*WHAT THE TASK REQUIRES*
Below are some records; output exactly the lines from the line with "#278=ORIENTED_EDGE('',*,*,#37,.F.);" to the line with "#286=EDGE_CURVE('',#71,#161,#163,.T.);", both ends kept, and nothing more.

*DATA SUPPLIED*
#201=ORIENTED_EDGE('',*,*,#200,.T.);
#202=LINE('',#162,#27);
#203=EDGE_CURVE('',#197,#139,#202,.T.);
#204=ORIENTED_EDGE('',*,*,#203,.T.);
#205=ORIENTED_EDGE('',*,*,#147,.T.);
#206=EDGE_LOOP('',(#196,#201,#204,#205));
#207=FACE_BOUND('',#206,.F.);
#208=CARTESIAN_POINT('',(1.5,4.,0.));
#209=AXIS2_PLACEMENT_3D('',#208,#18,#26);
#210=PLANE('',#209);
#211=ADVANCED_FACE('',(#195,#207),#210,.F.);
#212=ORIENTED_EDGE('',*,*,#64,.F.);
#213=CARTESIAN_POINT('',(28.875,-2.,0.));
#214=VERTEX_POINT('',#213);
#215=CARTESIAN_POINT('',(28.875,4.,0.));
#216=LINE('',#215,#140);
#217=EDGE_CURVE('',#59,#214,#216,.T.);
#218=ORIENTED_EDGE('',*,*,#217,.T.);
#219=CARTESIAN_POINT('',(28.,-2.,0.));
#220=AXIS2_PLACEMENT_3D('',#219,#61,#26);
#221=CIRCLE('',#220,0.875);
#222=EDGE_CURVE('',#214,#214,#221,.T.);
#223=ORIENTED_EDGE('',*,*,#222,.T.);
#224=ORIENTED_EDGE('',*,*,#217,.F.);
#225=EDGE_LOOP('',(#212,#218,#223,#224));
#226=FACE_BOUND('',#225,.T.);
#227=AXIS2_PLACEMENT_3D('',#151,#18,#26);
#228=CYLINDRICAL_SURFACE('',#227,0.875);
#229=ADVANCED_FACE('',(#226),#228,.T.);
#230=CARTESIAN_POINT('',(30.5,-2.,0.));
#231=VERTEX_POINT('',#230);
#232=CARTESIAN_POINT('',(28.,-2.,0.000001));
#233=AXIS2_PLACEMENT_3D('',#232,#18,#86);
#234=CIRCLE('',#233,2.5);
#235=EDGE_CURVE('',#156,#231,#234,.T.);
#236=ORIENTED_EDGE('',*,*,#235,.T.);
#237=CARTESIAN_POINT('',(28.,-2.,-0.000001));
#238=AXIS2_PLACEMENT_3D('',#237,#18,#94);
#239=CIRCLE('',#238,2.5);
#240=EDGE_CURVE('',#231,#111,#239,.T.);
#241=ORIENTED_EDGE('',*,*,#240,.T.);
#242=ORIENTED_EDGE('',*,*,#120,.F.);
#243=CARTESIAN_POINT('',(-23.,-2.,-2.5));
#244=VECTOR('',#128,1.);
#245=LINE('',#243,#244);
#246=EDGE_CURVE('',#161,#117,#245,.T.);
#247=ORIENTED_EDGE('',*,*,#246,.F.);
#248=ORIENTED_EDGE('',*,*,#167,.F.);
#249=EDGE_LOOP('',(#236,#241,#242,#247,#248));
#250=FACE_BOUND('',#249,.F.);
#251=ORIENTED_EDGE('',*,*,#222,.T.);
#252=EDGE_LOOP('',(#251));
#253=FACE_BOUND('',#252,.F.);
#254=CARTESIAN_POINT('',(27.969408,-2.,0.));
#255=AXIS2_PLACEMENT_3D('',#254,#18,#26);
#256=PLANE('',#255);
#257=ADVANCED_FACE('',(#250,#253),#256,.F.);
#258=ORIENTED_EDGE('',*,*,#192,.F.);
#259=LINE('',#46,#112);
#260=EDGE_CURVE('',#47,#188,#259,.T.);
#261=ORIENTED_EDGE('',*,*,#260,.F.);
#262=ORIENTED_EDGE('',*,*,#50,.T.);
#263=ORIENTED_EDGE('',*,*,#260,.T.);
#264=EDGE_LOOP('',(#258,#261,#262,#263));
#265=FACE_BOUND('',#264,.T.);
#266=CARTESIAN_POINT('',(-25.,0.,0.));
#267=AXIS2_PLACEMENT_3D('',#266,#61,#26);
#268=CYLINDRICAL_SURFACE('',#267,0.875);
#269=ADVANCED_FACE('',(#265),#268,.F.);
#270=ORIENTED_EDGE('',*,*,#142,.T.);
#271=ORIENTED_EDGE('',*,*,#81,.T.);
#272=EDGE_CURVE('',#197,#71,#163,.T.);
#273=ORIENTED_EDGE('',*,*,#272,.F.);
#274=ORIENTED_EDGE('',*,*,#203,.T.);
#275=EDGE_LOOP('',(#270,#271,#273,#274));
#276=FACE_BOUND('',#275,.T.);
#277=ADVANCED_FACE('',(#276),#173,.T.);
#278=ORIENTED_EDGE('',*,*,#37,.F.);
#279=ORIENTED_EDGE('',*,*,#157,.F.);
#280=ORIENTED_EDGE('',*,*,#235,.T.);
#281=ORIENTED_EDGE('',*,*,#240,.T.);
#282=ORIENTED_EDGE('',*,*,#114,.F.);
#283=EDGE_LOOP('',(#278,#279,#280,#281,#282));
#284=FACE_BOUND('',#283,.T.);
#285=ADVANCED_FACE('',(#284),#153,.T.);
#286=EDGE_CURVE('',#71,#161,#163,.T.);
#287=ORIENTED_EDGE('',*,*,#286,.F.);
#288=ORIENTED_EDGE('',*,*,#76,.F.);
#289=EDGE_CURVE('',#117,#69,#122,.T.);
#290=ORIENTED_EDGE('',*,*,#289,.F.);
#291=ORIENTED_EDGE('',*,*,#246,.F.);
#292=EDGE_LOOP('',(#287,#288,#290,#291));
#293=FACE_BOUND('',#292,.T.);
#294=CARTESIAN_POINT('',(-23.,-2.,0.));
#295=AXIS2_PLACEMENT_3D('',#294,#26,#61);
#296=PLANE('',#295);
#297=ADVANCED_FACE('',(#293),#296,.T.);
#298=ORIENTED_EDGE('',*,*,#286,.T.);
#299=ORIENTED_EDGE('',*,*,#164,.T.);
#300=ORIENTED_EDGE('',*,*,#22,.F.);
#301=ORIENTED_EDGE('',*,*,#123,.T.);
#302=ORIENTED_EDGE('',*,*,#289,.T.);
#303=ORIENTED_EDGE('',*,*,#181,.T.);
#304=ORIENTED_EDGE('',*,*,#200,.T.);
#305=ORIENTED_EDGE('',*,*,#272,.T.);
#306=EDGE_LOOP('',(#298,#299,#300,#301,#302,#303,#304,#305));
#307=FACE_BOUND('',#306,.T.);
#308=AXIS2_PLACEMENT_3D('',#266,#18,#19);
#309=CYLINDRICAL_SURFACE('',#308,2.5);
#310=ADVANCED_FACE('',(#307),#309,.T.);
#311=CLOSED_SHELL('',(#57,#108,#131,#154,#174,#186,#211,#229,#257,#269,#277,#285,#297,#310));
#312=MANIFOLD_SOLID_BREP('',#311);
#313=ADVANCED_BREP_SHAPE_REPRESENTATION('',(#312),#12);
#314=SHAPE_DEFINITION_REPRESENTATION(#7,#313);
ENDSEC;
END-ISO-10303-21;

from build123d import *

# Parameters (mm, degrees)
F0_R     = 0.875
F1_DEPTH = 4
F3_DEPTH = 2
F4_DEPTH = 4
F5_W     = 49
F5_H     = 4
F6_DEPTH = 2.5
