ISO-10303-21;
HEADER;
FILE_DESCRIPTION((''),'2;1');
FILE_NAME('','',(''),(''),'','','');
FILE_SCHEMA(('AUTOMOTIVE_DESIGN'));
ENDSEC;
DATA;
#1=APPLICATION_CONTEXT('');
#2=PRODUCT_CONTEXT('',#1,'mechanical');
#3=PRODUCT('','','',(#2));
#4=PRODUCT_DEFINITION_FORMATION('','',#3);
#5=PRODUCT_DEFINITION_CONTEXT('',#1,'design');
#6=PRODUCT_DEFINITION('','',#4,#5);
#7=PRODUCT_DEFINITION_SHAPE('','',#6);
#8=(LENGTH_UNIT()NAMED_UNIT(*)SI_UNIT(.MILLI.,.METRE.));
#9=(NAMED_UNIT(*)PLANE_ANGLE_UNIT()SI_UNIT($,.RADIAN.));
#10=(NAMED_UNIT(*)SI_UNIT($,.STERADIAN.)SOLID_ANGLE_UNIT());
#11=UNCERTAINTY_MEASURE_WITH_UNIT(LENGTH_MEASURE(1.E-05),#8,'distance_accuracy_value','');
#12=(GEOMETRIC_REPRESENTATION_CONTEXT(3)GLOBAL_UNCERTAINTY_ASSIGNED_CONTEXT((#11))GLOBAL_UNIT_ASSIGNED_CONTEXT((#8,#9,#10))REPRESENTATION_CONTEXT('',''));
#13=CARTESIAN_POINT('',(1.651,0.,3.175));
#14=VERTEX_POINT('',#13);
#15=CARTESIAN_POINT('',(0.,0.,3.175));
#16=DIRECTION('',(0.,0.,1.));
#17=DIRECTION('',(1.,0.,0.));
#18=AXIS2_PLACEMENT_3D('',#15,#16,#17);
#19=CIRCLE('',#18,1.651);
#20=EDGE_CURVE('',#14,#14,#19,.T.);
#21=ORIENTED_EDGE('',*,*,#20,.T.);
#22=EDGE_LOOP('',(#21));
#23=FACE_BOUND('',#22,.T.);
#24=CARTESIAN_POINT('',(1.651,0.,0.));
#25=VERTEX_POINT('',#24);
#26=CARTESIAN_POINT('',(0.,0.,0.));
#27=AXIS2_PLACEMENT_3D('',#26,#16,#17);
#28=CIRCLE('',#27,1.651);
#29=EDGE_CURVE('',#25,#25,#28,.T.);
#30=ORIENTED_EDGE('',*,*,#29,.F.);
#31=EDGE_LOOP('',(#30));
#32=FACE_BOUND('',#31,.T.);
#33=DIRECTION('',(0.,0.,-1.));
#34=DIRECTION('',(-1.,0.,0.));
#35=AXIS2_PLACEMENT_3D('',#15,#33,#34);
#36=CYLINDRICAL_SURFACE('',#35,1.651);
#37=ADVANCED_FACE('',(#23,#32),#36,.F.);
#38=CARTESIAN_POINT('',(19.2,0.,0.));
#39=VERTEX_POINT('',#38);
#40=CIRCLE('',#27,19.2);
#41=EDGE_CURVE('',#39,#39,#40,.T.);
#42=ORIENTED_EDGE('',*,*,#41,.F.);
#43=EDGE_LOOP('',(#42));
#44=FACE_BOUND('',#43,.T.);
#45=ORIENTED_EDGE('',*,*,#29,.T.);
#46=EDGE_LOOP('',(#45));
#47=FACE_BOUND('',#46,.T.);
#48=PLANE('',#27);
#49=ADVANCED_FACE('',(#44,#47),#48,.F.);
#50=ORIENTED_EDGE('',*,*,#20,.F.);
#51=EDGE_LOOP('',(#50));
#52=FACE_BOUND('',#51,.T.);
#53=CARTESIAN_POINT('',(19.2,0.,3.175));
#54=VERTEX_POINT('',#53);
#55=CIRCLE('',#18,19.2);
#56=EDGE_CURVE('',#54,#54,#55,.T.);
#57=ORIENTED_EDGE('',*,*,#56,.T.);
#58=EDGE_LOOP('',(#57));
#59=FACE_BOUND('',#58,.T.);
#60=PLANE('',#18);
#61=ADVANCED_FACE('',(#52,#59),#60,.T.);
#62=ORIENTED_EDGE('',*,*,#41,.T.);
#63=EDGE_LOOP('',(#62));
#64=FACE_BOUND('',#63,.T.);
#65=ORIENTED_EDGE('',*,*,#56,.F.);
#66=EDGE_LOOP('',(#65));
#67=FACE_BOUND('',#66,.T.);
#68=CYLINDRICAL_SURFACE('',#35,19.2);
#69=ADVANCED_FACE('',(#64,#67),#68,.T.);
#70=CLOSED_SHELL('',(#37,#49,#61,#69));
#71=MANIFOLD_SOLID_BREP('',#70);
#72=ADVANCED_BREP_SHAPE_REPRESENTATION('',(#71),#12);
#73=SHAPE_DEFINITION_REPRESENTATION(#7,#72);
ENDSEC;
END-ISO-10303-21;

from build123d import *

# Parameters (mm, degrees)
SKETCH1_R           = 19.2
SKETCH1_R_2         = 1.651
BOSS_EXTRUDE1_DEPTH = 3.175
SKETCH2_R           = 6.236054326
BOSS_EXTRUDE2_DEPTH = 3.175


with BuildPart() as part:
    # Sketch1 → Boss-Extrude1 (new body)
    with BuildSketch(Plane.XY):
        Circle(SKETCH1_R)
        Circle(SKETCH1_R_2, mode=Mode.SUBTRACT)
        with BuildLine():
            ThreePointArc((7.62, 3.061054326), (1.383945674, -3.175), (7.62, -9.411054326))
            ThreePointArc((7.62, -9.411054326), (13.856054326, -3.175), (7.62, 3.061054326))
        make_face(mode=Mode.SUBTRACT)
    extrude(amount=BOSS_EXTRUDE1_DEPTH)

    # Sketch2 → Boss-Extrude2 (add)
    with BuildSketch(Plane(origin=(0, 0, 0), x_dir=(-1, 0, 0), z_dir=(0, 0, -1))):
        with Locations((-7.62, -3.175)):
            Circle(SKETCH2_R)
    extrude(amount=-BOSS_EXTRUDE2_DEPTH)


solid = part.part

*ANSWER TO THE PROBLEM*
#278=ORIENTED_EDGE('',*,*,#37,.F.);
#279=ORIENTED_EDGE('',*,*,#157,.F.);
#280=ORIENTED_EDGE('',*,*,#235,.T.);
#281=ORIENTED_EDGE('',*,*,#240,.T.);
#282=ORIENTED_EDGE('',*,*,#114,.F.);
#283=EDGE_LOOP('',(#278,#279,#280,#281,#282));
#284=FACE_BOUND('',#283,.T.);
#285=ADVANCED_FACE('',(#284),#153,.T.);
#286=EDGE_CURVE('',#71,#161,#163,.T.);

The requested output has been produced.